My bias on the topic of corruption is that loving money is a mistake, and I do not equate law with truth or virtue. Laws should protect the innocent and punish the guilty, but this is not the case in the Global South, nor is it the reality for many in the Global North. Development has never existed independently of politics, yet serious political reform is never on the international development community’s agenda. Pragmatism requires working with what is available while acknowledging the limitations of your resources. International development organizations observe pragmatism through cooperating with corrupt systems. This type of depoliticized pragmatism overlooks the obvious. Instead, the international development community should acknowledge corruption as a major limitation of government, legal and financial systems, and circumvent these inefficiencies with technology. This is the approach needed to sow the seeds of real political reform.

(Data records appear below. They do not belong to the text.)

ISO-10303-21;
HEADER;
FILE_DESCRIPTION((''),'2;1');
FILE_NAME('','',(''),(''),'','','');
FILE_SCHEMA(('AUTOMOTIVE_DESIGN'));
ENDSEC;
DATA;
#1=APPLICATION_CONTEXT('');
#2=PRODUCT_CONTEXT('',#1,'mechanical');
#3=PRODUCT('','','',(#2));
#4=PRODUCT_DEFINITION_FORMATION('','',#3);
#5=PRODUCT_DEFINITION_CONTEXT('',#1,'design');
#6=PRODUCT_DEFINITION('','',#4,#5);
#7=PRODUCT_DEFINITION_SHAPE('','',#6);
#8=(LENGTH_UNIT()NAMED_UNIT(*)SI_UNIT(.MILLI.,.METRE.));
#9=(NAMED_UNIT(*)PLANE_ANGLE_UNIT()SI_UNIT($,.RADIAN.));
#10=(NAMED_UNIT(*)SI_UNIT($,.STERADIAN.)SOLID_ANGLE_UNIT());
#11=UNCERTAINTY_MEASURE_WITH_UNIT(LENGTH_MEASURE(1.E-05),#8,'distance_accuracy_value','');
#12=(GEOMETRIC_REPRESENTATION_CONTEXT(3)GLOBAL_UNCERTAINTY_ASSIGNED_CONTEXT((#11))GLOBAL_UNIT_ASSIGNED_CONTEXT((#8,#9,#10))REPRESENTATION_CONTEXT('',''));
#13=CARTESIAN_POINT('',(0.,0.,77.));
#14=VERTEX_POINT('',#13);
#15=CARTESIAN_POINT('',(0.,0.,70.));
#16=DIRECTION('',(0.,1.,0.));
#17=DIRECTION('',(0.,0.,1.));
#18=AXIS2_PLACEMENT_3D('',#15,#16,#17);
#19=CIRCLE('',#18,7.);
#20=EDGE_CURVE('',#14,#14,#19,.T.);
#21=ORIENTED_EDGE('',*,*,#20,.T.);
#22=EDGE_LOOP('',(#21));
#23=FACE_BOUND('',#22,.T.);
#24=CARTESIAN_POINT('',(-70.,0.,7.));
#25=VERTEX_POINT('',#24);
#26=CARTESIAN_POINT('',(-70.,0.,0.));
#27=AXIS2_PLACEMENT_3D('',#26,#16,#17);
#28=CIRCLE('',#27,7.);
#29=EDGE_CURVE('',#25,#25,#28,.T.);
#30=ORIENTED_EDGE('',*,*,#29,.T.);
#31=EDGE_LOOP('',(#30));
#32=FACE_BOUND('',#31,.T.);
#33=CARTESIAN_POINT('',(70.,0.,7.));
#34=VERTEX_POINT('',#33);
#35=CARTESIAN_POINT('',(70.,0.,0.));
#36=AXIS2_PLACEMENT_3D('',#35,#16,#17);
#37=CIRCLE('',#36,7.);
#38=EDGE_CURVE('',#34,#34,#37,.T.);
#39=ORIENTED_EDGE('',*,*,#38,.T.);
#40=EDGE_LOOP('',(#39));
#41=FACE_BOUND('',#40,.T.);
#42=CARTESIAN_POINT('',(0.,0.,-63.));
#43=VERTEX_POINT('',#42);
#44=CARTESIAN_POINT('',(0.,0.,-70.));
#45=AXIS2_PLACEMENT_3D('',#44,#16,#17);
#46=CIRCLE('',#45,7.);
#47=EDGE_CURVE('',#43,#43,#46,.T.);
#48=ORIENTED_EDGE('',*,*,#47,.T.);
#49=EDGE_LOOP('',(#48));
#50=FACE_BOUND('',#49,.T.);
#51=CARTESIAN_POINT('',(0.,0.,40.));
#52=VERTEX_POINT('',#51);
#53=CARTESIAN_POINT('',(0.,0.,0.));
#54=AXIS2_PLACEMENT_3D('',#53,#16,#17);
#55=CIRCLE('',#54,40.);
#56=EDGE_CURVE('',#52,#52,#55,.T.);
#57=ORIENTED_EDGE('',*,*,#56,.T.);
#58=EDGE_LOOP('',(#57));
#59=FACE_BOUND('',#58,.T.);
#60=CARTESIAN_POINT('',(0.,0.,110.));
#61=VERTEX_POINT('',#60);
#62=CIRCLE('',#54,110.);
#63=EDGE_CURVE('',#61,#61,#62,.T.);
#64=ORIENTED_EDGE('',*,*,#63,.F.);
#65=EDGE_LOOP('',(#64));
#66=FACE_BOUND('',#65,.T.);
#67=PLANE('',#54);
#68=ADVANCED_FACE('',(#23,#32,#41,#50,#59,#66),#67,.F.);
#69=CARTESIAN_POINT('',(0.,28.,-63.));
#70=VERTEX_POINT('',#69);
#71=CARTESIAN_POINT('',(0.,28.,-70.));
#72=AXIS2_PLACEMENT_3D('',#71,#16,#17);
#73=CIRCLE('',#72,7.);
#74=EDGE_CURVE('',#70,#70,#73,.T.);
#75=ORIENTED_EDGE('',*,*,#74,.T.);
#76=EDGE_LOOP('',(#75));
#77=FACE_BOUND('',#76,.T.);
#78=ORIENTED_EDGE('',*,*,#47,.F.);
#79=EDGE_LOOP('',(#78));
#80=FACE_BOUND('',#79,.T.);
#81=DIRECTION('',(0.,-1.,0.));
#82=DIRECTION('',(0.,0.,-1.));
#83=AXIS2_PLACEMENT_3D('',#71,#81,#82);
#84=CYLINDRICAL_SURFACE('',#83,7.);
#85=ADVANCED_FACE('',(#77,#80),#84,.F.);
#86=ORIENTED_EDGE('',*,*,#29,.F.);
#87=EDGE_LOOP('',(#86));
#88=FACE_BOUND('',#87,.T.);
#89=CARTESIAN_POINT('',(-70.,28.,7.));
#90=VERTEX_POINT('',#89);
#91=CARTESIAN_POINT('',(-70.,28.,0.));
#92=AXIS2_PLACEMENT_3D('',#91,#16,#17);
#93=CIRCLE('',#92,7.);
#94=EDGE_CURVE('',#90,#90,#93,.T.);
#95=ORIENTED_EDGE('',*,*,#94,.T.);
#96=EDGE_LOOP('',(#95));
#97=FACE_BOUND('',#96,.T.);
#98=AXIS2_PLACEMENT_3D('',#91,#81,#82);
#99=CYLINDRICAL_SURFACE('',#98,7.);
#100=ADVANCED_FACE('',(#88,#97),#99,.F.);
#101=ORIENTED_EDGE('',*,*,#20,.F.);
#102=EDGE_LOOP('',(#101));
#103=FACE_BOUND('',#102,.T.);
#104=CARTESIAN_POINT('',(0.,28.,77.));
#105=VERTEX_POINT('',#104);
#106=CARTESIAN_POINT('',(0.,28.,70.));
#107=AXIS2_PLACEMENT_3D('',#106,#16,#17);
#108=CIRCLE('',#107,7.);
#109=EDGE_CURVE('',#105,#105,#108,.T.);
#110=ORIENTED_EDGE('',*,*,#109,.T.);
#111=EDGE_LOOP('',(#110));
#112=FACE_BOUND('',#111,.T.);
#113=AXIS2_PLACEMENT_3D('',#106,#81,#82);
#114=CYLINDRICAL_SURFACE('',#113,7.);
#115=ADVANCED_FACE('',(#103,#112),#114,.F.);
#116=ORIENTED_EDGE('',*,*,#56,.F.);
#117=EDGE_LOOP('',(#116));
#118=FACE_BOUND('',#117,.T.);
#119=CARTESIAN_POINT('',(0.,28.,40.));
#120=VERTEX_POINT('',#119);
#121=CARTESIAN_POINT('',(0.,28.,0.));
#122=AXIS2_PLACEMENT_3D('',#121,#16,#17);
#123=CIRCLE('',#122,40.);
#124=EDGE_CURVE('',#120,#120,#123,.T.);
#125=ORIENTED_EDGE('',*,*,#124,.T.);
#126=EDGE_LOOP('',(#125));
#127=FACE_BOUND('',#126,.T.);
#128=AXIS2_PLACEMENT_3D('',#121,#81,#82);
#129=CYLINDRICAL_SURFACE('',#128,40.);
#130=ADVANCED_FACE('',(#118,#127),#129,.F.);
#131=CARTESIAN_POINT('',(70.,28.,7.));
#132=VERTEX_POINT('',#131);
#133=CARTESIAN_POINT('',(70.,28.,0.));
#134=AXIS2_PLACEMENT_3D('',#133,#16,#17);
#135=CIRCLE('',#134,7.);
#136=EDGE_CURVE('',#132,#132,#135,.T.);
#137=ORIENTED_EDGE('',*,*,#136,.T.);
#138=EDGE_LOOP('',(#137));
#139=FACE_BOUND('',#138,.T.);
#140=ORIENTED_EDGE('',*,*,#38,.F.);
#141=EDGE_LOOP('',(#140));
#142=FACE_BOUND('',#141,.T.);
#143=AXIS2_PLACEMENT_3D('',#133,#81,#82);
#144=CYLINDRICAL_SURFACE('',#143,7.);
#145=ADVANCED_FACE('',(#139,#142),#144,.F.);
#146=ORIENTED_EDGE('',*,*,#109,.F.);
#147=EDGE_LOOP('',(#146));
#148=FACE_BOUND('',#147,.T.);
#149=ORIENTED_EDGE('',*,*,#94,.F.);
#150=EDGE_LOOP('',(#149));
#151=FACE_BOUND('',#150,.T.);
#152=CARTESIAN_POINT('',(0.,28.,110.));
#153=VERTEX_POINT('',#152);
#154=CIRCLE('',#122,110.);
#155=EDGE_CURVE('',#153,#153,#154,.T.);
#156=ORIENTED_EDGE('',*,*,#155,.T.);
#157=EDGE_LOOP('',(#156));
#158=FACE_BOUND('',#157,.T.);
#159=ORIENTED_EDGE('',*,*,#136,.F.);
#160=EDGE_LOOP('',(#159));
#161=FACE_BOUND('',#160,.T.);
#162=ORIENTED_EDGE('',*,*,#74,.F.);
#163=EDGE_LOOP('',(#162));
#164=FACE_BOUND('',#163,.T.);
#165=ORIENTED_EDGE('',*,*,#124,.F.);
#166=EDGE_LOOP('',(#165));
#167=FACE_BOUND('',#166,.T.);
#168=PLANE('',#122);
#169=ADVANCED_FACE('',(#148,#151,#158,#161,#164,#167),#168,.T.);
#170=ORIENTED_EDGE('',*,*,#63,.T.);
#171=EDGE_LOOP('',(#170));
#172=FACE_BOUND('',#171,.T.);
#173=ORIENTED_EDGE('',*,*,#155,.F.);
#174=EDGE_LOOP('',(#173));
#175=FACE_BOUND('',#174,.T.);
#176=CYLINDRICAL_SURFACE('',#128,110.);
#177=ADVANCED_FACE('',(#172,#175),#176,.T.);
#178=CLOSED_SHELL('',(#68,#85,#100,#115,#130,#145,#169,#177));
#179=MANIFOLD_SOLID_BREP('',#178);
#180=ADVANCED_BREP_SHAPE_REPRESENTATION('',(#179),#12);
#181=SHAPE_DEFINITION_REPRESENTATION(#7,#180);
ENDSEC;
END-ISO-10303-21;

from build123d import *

# Parameters (mm, degrees)
SKETCH_1_R      = 110
SKETCH_1_R_2    = 40
SKETCH_1_R_3    = 7
EXTRUDE_1_DEPTH = 28


with BuildPart() as part:
    # 草图1 → 凸台-拉伸1 (new body)
    with BuildSketch(Plane(origin=(0, 0, 0), x_dir=(1, 0, 0), z_dir=(0, 1, 0))):
        with Locations(Location((0, 0, 0), (0, 0, 270))):
            Circle(SKETCH_1_R)
        with Locations(Location((0, 0, 0), (0, 0, 270))):
            Circle(SKETCH_1_R_2, mode=Mode.SUBTRACT)
        with Locations(Location((70, 0, 0), (0, 0, 270))):
            Circle(SKETCH_1_R_3, mode=Mode.SUBTRACT)
        with Locations(Location((-70, 0, 0), (0, 0, 270))):
            Circle(SKETCH_1_R_3, mode=Mode.SUBTRACT)
        with Locations(Location((0, 70, 0), (0, 0, 270))):
            Circle(SKETCH_1_R_3, mode=Mode.SUBTRACT)
        with Locations(Location((0, -70, 0), (0, 0, 270))):
            Circle(SKETCH_1_R_3, mode=Mode.SUBTRACT)
    extrude(amount=EXTRUDE_1_DEPTH)


solid = part.part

A strong caveat: techno-solutionism is never the answer because progress with technology always generates disproportionate risks for the marginalized. A tolerance for moral complexity, however, is necessary to harness the potential of technology to bypass corrupt systems in support of development objectives that could lead to political reform. Consider the impact Meta has had in Nigeria. In May 2016, Mark Zukerberg launched Free Basics through Airtel Africa, which gives Nigerians free mobile access to Facebook and some information-related websites. Later in August 2016, Zukerberg partnered with Coollink to provide high speed Wifi across the country at an affordable cost. Today, Lagos City garners comparisons to Silicon Valley, but Facebook, and other social media platforms, facilitate the spread of misinformation and hate speech damaging the country’s social fabric.

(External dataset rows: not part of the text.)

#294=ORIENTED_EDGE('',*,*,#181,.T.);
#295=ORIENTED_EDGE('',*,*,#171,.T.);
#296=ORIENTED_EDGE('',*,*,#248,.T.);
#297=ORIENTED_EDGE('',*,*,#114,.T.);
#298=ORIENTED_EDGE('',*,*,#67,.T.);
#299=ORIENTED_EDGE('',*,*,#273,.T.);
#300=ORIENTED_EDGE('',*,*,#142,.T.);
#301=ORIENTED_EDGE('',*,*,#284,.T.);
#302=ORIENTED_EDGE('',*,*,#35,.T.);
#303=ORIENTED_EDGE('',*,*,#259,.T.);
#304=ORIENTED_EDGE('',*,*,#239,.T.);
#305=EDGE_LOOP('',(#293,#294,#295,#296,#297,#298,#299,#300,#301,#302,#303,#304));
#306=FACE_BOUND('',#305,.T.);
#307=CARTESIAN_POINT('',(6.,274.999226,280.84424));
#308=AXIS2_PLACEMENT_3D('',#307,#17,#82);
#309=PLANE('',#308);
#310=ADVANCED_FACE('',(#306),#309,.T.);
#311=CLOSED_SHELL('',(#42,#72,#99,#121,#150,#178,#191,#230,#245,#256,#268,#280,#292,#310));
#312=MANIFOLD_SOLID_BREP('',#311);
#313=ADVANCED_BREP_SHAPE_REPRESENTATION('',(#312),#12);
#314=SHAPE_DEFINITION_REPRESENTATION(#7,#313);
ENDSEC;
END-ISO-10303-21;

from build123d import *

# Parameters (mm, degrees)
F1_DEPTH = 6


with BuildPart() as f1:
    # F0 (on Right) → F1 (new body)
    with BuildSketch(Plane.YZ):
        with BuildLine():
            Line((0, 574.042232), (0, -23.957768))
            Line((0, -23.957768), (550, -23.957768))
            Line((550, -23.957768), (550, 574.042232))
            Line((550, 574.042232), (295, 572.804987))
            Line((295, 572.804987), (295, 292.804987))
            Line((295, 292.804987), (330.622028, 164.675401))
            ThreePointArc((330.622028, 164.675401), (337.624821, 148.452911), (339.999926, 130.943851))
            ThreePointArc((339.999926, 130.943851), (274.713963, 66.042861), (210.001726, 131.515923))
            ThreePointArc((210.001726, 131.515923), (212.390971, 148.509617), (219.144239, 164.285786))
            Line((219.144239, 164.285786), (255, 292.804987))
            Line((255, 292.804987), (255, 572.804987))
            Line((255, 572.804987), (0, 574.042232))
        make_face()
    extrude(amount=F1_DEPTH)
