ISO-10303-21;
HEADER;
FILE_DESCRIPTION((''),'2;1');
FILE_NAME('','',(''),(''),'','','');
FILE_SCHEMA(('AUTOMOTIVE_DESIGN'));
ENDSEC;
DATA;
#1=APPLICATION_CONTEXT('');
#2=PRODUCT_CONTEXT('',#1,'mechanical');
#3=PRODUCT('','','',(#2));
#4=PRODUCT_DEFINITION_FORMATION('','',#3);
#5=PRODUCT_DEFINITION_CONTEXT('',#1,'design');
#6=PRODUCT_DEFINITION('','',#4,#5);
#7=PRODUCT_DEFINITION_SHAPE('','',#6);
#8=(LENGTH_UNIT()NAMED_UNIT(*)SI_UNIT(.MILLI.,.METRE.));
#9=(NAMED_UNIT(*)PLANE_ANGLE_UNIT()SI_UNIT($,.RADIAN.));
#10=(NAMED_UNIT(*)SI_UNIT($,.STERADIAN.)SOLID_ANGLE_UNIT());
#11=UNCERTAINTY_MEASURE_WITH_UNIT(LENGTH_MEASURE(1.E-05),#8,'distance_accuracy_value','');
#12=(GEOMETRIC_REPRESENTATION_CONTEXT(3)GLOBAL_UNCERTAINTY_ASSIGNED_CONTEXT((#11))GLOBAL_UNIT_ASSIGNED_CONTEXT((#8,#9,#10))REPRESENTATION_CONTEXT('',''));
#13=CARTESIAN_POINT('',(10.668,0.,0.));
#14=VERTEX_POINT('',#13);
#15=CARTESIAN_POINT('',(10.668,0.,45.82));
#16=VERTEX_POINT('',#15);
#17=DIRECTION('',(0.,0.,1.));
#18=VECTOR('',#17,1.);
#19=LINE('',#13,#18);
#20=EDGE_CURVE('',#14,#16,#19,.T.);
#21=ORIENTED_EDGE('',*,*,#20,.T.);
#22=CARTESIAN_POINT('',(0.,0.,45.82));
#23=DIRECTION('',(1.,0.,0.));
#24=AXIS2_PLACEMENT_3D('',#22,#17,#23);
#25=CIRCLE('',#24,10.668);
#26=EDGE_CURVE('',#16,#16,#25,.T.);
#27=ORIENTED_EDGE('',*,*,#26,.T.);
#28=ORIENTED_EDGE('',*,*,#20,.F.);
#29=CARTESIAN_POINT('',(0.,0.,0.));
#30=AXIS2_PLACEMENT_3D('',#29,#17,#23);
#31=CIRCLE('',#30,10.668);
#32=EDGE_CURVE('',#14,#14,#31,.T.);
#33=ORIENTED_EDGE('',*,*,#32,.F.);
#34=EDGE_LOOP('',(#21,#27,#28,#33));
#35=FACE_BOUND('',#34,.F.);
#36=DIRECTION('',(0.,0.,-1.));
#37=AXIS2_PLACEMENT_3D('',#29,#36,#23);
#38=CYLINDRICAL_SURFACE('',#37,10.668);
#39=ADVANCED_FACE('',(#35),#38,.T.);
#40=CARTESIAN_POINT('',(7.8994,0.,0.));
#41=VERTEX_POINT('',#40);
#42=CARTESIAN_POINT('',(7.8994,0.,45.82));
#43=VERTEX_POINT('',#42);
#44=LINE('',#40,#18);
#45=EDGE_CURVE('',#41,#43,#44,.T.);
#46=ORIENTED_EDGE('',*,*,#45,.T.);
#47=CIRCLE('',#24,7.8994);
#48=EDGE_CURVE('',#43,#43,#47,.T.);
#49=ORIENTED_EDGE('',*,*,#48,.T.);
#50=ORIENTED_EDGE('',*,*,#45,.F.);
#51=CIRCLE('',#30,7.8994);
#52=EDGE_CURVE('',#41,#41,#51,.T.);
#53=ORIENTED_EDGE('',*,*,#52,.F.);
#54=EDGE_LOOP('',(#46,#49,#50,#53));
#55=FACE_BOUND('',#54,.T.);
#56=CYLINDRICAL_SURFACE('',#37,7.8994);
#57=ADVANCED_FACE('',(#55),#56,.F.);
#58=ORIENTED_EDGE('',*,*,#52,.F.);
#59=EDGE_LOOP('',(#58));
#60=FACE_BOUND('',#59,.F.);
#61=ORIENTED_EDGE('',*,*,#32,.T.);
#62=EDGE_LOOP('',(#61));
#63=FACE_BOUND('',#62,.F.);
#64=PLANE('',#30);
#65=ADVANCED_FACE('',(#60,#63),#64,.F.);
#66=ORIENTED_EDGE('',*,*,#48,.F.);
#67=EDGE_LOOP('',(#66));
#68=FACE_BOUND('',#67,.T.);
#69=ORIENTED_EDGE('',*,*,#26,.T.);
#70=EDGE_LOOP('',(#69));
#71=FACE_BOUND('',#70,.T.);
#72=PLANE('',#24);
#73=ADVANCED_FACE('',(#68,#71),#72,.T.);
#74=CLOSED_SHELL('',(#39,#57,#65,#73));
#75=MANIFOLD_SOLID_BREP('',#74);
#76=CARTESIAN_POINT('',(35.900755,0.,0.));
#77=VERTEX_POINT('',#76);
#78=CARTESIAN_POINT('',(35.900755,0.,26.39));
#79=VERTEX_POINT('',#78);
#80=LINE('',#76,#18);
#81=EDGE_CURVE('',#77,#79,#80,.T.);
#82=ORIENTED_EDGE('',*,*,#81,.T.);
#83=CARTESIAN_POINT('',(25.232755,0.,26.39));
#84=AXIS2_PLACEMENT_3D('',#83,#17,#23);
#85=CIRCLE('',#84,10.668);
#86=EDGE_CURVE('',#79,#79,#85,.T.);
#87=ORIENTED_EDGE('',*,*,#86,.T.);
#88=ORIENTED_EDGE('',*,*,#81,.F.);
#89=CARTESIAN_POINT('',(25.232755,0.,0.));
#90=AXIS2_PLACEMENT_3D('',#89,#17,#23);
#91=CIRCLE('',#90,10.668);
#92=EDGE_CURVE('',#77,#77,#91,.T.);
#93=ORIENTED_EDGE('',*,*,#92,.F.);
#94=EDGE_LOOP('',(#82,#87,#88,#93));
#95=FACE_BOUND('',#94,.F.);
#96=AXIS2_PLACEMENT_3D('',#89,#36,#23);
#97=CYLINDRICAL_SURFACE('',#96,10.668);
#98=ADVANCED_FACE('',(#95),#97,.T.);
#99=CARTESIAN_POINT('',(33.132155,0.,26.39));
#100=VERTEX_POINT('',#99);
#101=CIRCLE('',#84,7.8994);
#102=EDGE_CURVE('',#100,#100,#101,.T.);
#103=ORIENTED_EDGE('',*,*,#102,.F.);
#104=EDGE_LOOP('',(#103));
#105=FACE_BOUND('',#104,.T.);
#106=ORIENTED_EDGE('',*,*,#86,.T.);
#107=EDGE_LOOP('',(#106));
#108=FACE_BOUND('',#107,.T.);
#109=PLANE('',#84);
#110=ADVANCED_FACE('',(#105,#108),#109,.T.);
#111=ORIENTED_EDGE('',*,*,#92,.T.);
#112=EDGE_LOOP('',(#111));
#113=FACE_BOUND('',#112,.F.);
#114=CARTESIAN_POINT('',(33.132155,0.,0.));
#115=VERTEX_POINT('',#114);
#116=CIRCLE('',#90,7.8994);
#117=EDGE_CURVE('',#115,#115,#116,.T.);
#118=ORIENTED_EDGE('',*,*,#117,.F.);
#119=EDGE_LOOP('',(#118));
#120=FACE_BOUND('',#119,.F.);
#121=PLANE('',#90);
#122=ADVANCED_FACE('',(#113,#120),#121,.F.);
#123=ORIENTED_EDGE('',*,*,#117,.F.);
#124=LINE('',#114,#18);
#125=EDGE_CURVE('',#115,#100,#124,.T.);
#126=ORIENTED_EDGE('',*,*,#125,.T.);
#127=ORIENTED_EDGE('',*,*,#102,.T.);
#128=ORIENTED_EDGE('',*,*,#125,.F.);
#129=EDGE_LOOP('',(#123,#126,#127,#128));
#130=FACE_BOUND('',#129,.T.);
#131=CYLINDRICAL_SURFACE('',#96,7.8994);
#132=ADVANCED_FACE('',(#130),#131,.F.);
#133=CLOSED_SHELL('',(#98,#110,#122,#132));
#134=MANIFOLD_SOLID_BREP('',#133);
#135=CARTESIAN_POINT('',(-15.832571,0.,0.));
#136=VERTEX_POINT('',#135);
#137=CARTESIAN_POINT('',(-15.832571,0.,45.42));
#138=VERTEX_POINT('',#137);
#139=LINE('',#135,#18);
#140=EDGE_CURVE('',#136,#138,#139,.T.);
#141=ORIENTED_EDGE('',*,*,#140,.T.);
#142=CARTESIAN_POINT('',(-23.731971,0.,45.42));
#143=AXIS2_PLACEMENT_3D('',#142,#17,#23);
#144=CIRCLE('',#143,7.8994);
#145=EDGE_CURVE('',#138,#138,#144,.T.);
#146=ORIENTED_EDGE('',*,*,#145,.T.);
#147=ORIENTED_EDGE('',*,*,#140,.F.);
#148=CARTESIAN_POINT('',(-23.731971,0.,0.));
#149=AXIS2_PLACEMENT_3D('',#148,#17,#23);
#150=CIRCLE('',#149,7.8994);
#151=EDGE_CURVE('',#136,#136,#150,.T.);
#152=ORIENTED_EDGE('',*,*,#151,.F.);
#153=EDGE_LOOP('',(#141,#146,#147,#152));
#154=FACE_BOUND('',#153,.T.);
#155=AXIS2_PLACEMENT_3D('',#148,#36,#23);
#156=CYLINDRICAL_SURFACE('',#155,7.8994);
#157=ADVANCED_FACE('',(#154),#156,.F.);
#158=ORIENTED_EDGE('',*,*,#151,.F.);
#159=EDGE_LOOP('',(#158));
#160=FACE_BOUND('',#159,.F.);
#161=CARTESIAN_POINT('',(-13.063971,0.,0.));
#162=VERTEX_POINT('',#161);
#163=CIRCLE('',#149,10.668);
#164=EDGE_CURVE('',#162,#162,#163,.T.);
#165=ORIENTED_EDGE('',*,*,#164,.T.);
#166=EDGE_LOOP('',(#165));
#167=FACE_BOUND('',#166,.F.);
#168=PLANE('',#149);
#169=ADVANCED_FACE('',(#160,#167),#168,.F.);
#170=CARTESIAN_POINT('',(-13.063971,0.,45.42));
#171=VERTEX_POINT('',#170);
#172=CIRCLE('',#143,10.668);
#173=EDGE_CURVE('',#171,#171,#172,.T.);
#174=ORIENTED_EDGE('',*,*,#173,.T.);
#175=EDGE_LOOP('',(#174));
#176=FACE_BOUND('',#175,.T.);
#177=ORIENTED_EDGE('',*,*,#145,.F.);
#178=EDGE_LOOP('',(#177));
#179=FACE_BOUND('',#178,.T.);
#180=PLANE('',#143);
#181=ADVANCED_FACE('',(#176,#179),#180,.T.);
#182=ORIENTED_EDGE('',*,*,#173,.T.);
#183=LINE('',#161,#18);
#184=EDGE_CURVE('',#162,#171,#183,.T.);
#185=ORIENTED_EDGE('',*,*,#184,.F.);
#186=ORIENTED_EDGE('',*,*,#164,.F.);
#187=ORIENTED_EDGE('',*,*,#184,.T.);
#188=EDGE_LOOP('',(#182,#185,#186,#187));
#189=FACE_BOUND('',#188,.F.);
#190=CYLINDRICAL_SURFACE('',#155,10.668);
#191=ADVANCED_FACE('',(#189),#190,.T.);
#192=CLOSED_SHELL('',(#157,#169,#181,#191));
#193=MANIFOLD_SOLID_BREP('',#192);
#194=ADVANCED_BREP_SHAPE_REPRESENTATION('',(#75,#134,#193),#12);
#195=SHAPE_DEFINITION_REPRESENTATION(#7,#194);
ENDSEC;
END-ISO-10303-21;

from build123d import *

# Parameters (mm, degrees)
F0_R     = 10.668
F0_R_2   = 7.8994
F1_DEPTH = 45.82
F2_R     = 10.668
F2_R_2   = 7.8994
F3_DEPTH = 45.42
F4_R     = 10.668
F4_R_2   = 7.8994
F5_DEPTH = 26.39


with BuildPart() as f1:
    # F0 (on Top) → F1 (new body)
    with BuildSketch(Plane.XY):
        Circle(F0_R)
        Circle(F0_R_2, mode=Mode.SUBTRACT)
    extrude(amount=F1_DEPTH)


with BuildPart() as f3:
    # F2 (on Top) → F3 (new body)
    with BuildSketch(Plane.XY):
        with Locations((-23.731971, 0)):
            Circle(F2_R)
        with Locations((-23.731971, 0)):
            Circle(F2_R_2, mode=Mode.SUBTRACT)
    extrude(amount=F3_DEPTH)


with BuildPart() as f5:
    # F4 (on Top) → F5 (new body)
    with BuildSketch(Plane.XY):
        with Locations((25.232755, 0)):
            Circle(F4_R)
        with Locations((25.232755, 0)):
            Circle(F4_R_2, mode=Mode.SUBTRACT)
    extrude(amount=F5_DEPTH)


solid = Compound([f1.part, f3.part, f5.part])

It matters that Meta did what international development organizations and the government could not. Unfortunately, the cost of progress is borne by those most disadvantaged by existing corruption within legal and financial systems. Vote buying, fraudulent registrations, and lawsuits over election fraud were all issues in the most recent Nigerian election. Whether directly or indirectly, Meta has exacerbated all of these issues challenging democracy in Nigeria. Yet, Meta also provides the very infrastructure needed to overcome the obstacle of corruption, even as they continue to threaten stability. Moral complexities cannot be avoided, but acknowledging corruption as an obstacle is not the equivalent of casting a normative judgment on those involved. The incredible potential of technology in the context of development is to circumvent inefficient systems, and directly empower the most disadvantaged such that corruption is reduced through participation and endogenously-generated political reform. Careful documentation by scholars like Dr. Zeynep Tufekci highlight how social media has the potential to facilitate such reform.

Bequeathed by the past, corruption exists in historically colonized systems oppressing those invisible to law and policy makers. Equity barriers reduce socioeconomic diversity at elite institutions, thus those from the Global South employed in service of international development are most often from the highest income bracket of their respective societies. It is a disservice to international development to ignore those realities. Why should people who benefit from current systems, aid in dismantling their own privilege? On the other end, the most marginalized citizens may distrust their governments so much as to resist documentation through voter registration or census enumeration. This leaves them ineligible for programs such as unconditional cash transfers. Citizens should not have to trust their government in order to benefit. Good interventions risk failure from the inefficient systems in which they are delivered. If the goal is to reduce poverty while addressing climate change, then technology needs to be used to ensure fairness and generate trust, in lieu of the ‘developed’ legal and financial systems relied on in the Global North.

To be pragmatic about corruption, it is impossible to ignore the need for political reform. International development organizations that avoid politics avoid directly addressing the obstacle of corruption, but technology can bypass inefficient systems. Therefore, overcoming corruption and advancing development in the Global South requires harnessing technology to sidestep inefficiencies and better potentiate serious political reform.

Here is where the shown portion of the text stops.